The point on the line 3x+2y+9=0 which is closest to the point (2, −1) is a) (1, −6) b)-2,3/2 c) (−1, −3) d) (1, −2). please give explanation of your answer
Answers
Let the required point be (p, q).
The closest point (2, - 1) must lie on the perpendicular straight line joining the points (p, q) and (2, - 1).
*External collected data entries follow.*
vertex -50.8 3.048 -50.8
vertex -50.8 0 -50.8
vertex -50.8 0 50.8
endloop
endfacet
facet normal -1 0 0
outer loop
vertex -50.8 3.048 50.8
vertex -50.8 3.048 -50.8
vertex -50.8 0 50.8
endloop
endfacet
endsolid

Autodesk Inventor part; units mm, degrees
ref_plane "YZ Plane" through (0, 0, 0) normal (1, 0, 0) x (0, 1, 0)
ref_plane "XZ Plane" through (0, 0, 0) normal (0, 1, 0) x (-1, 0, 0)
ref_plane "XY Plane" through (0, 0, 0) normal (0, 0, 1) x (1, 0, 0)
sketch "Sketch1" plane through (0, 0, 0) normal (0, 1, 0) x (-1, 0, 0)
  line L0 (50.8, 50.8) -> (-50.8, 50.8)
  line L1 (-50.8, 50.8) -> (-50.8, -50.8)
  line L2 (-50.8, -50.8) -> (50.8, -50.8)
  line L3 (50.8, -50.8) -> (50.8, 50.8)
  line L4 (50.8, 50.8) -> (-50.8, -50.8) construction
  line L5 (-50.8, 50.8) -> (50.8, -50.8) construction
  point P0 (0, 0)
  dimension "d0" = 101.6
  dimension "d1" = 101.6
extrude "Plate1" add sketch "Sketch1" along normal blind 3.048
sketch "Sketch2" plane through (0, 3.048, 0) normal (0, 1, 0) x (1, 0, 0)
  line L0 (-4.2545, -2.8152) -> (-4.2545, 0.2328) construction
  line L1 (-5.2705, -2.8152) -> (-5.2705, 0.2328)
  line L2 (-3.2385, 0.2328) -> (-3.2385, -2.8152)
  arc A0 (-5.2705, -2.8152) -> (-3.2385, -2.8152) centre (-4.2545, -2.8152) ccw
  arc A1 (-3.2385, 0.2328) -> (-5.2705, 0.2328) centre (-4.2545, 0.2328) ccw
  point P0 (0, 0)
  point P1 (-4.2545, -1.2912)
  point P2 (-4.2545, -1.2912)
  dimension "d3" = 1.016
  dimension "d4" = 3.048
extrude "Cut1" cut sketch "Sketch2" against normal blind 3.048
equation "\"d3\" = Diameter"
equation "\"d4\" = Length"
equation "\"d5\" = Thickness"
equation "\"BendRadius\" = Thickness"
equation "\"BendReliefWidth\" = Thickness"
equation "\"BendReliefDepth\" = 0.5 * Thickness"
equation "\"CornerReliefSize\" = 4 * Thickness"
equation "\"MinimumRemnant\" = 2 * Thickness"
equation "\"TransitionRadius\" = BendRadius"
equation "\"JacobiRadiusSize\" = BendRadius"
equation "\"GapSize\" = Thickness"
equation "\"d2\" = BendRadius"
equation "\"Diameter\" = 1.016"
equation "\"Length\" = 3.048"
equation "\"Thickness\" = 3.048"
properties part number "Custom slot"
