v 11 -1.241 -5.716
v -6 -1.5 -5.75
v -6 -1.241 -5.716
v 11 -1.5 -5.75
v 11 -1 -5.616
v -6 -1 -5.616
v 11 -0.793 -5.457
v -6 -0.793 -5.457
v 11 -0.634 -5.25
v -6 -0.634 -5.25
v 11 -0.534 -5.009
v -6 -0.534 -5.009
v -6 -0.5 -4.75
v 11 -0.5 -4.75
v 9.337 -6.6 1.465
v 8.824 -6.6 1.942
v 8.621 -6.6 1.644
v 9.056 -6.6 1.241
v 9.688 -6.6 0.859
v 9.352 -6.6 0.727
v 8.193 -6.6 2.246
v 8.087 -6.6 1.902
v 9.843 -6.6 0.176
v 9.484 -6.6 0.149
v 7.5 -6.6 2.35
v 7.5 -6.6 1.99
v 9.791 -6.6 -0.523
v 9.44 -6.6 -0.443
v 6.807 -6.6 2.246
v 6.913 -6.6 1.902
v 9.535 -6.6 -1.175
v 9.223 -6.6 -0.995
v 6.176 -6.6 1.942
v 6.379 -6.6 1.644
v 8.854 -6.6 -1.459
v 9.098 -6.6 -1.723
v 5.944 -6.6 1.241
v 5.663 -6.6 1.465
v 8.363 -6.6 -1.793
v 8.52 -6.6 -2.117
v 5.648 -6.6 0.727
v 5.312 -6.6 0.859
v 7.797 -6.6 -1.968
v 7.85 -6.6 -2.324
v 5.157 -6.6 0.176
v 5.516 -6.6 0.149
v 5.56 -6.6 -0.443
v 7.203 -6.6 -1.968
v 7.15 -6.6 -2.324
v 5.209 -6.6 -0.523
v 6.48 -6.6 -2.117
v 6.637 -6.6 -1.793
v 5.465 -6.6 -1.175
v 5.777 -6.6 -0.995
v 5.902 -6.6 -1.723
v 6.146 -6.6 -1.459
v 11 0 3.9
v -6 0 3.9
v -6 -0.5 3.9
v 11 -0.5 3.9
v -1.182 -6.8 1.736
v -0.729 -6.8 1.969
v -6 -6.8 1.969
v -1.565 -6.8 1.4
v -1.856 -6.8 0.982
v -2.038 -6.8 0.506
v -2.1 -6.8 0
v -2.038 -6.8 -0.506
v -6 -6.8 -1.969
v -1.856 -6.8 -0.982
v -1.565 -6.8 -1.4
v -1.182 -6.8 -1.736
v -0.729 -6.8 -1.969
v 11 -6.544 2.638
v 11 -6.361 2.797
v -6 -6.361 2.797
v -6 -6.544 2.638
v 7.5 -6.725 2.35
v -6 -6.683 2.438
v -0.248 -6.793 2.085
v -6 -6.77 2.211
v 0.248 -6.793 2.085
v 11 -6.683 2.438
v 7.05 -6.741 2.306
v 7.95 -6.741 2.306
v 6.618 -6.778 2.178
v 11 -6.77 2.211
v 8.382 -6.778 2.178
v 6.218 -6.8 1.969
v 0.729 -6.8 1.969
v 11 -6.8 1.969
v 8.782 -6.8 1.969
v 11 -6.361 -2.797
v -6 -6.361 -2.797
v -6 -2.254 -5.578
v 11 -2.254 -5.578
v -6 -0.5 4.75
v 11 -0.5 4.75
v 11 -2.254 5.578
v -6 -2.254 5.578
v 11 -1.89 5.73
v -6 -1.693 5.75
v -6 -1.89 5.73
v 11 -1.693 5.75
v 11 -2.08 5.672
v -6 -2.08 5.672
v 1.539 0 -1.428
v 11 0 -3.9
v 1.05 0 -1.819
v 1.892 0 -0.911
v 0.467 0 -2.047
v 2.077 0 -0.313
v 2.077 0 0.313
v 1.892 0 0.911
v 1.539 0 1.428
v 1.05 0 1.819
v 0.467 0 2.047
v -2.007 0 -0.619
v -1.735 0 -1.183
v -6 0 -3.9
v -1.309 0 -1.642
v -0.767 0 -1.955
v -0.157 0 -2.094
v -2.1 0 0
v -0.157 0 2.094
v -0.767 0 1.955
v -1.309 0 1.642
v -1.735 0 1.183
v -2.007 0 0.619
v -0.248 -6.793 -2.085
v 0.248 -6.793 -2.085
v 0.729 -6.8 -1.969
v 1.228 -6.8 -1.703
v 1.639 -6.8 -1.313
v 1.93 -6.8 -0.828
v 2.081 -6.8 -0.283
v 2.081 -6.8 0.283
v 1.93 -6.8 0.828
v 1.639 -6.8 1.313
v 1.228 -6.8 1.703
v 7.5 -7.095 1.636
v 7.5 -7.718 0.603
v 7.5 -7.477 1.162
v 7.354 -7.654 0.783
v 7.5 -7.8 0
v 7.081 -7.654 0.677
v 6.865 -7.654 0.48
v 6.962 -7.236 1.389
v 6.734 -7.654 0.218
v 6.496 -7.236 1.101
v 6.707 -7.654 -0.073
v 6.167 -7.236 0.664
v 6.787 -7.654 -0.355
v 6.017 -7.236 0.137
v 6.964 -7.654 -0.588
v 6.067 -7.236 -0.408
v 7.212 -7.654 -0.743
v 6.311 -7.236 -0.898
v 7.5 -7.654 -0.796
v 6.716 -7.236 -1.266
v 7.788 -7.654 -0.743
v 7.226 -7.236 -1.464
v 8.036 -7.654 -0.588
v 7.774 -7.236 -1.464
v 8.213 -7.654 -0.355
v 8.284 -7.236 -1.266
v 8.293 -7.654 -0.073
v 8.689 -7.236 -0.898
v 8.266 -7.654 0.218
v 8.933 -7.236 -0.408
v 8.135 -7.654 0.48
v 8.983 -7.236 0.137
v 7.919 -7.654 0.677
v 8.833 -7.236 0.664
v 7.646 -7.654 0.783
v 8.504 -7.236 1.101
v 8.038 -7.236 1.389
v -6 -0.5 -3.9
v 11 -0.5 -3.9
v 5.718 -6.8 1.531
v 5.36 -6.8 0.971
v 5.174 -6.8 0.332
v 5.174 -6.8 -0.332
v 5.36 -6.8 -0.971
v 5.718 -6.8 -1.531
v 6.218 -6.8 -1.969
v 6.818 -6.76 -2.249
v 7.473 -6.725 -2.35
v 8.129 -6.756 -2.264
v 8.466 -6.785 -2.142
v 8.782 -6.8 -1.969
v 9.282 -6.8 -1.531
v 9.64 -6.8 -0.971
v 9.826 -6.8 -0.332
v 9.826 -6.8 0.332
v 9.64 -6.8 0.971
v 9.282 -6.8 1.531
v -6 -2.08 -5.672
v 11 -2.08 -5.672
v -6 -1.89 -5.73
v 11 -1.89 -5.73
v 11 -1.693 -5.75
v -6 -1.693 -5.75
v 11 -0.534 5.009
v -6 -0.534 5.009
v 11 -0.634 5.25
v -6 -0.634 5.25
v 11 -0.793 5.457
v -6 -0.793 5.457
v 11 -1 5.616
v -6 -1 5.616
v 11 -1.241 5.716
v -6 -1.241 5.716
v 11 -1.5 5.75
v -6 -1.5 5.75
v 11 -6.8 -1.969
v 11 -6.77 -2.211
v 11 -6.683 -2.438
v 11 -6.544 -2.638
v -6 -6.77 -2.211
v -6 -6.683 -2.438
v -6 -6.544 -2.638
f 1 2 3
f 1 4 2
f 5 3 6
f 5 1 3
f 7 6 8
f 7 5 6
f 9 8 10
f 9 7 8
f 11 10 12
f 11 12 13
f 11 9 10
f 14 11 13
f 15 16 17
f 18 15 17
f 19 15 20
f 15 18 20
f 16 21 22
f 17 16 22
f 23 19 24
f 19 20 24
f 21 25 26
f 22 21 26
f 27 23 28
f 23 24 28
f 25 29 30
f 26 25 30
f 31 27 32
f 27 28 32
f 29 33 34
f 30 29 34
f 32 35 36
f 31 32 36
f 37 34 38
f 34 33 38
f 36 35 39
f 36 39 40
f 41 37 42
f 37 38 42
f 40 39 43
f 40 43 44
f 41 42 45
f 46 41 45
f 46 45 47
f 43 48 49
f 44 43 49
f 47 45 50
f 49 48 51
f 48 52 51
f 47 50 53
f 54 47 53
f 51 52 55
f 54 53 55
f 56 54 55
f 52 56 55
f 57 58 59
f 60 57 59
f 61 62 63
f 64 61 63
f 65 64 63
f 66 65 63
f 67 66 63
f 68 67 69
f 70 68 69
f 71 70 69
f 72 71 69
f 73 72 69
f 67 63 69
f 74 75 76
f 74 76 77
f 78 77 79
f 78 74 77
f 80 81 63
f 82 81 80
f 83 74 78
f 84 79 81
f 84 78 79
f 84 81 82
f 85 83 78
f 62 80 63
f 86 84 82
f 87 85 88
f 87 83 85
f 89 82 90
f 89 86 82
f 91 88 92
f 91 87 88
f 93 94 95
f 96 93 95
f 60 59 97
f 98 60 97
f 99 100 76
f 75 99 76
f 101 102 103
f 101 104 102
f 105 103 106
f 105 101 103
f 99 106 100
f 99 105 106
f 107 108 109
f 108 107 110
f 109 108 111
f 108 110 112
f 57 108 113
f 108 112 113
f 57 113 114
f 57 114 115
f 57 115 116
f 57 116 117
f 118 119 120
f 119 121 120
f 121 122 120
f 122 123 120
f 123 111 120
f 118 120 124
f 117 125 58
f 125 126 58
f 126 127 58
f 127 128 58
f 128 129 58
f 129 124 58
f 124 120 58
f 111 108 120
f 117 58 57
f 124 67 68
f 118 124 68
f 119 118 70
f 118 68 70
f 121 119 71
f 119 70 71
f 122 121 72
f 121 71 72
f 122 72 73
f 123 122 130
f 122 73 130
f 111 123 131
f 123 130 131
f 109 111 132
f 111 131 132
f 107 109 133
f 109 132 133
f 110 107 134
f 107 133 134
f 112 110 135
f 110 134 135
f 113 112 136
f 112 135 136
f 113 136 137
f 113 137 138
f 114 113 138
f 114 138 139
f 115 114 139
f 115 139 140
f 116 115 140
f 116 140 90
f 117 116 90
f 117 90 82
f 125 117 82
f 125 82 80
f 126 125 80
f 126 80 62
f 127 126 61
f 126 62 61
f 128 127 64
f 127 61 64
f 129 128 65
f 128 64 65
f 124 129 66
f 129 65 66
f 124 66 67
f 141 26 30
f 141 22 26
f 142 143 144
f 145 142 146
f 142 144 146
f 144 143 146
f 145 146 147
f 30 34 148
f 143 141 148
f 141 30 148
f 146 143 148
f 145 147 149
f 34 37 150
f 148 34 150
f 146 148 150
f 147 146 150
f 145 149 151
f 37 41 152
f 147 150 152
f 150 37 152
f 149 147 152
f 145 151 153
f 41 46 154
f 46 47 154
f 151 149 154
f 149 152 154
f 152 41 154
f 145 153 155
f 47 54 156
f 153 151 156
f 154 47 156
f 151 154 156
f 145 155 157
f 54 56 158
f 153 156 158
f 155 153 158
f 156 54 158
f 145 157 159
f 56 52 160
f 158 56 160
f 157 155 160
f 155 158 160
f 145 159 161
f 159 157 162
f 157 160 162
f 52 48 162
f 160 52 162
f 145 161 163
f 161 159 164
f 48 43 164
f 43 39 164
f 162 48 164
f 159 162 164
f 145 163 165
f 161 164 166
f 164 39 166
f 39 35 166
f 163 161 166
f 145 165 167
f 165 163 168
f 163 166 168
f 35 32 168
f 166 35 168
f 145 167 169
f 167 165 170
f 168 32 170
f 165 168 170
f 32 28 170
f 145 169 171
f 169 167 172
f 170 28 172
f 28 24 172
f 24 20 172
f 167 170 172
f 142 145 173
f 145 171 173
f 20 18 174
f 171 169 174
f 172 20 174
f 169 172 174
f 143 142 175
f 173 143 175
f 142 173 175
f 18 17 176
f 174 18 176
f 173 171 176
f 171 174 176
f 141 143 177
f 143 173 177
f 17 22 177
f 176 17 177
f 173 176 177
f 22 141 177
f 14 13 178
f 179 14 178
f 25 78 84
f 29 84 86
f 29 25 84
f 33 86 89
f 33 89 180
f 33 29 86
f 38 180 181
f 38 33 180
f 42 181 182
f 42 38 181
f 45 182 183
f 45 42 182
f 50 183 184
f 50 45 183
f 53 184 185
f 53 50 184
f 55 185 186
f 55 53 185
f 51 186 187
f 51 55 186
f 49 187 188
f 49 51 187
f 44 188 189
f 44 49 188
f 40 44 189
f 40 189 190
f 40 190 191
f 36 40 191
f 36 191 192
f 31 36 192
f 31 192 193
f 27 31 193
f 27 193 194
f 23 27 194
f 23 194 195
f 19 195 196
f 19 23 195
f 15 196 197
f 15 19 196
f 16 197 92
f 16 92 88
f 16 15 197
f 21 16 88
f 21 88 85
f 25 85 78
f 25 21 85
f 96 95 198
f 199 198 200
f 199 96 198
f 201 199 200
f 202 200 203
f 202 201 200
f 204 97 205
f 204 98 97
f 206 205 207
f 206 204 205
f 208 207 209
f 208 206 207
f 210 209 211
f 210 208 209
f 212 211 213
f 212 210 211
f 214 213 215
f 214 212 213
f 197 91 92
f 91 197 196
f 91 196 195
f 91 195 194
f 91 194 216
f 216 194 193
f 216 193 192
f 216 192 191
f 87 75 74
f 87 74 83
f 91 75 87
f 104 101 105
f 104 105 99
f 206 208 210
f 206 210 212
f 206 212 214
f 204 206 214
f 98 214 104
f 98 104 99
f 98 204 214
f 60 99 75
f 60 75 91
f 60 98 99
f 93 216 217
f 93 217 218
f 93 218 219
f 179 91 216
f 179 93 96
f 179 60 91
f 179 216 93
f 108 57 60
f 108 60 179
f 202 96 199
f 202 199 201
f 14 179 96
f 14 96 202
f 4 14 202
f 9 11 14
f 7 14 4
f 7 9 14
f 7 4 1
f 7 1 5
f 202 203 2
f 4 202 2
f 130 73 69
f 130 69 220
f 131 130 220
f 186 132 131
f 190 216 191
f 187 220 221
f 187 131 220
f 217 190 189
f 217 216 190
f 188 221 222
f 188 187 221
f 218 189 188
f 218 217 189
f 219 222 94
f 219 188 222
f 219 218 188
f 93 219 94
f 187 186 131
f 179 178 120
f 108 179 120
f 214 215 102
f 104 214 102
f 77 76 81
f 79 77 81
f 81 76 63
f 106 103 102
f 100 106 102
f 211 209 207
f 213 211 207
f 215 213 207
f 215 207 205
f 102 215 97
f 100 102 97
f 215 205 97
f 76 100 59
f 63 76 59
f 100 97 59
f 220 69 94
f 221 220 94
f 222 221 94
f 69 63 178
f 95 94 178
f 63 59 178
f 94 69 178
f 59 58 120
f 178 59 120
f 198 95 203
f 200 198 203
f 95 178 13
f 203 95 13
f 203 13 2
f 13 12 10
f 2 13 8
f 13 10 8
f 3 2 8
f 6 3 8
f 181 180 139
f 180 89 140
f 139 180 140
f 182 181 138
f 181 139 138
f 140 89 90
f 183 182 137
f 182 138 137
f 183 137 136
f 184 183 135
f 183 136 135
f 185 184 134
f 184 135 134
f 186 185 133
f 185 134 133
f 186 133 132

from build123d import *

# Parameters (mm, degrees)
BOSS_EXTRUDE1_DEPTH = 17
FILLET1_R           = 1
SKETCH2_W           = 2.35
SKETCH2_H           = 0.2
TAPPED_HOLE1_D      = 4.2


with BuildPart() as part:
    # Sketch1 → Boss-Extrude1 (new body)
    with BuildSketch(Plane(origin=(-6, 0, 0), x_dir=(0, 0, -1), z_dir=(1, 0, 0))):
        Polygon((3.9, 0), (-3.9, 0), (-3.9, -0.5), (-5.75, -0.5), (-5.75, -2), (-2.5, -6.8), (2.5, -6.8), (5.75, -2), (5.75, -0.5), (3.9, -0.5), align=None)
    extrude(amount=BOSS_EXTRUDE1_DEPTH)

    # Fillet1
    fillet1_edges = [part.edges().sort_by_distance(p)[0] for p in [
        (2.5, -0.5, 5.75),
        (2.5, -0.5, -5.75),
        (2.5, -2, -5.75),
        (2.5, -6.8, -2.5),
        (2.5, -6.8, 2.5),
        (2.5, -2, 5.75),
    ]]
    fillet(fillet1_edges, radius=FILLET1_R)

    # Sketch2 → Cut-Revolve1 (revolve, cut)
    with BuildSketch(Plane(origin=(7.5, 0, 0), x_dir=(0, 0, -1), z_dir=(1, 0, 0)), mode=Mode.PRIVATE) as cut_revolve1_sk:
        with Locations((1.175, -6.7)):
            Rectangle(SKETCH2_W, SKETCH2_H)
    revolve(cut_revolve1_sk.sketch.rotate(Axis((7.5, 1.665548573, 0), (0, -1, 0)), 180), axis=Axis((7.5, 1.665548573, 0), (0, -1, 0)), mode=Mode.SUBTRACT)

    # Sketch3 → Revolve1 (revolve)
    with BuildSketch(Plane(origin=(7.5, 0, 0), x_dir=(0, 0, -1), z_dir=(1, 0, 0)), mode=Mode.PRIVATE) as revolve1_sk:
        with BuildLine():
            Line((1.989974874, -6.6), (0, -6.6))
            Line((0, -6.6), (0, -7.8))
            ThreePointArc((0, -7.8), (1.161895004, -7.476784887), (1.989974874, -6.6))
        make_face()
    revolve(revolve1_sk.sketch.rotate(Axis((7.5, 0, 0), (0, -1, 0)), 180), axis=Axis((7.5, 0, 0), (0, -1, 0)))

    # Tapped Hole1 (through all)
    with Locations(Plane(origin=(0, 0, 0), x_dir=(1, 0, 0), z_dir=(0, 1, 0))):
        with Locations((0, 0)):
            Hole(TAPPED_HOLE1_D / 2)


solid = part.part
Since (p, q) lies on 3x + 2y + 9 = 0,
3p + 2q + 9 = 0 ..... (i)
Gradient of the straight line joining the points (p, q) and (2, - 1) is (q + 1)/(p - 2), and that of the straight line 3x + 2y + 9 = 0 is (- 3/2).
Then,
(q + 1)/(p - 2) * (- 3/2) = - 1
or, 3 (q + 1) = 2 (p - 2)
or, 3q + 3 = 2p - 4
or, 2p - 3q - 7 = 0 ..... (ii)
We have two equations:
3p + 2q + 9 = 0 ..... (i)
2p - 3q - 7 = 0 ..... (ii)
Multiplying (i) by 3 and (ii) by 2, we get:
9p + 6q + 27 = 0
4p - 6q - 14 = 0
On adding, we get:
13p + 13 = 0
i.e., p = - 1
Then q = - 3
Therefore the closest point on the straight line 3x + 2y + 9 = 0 is (- 1, - 3).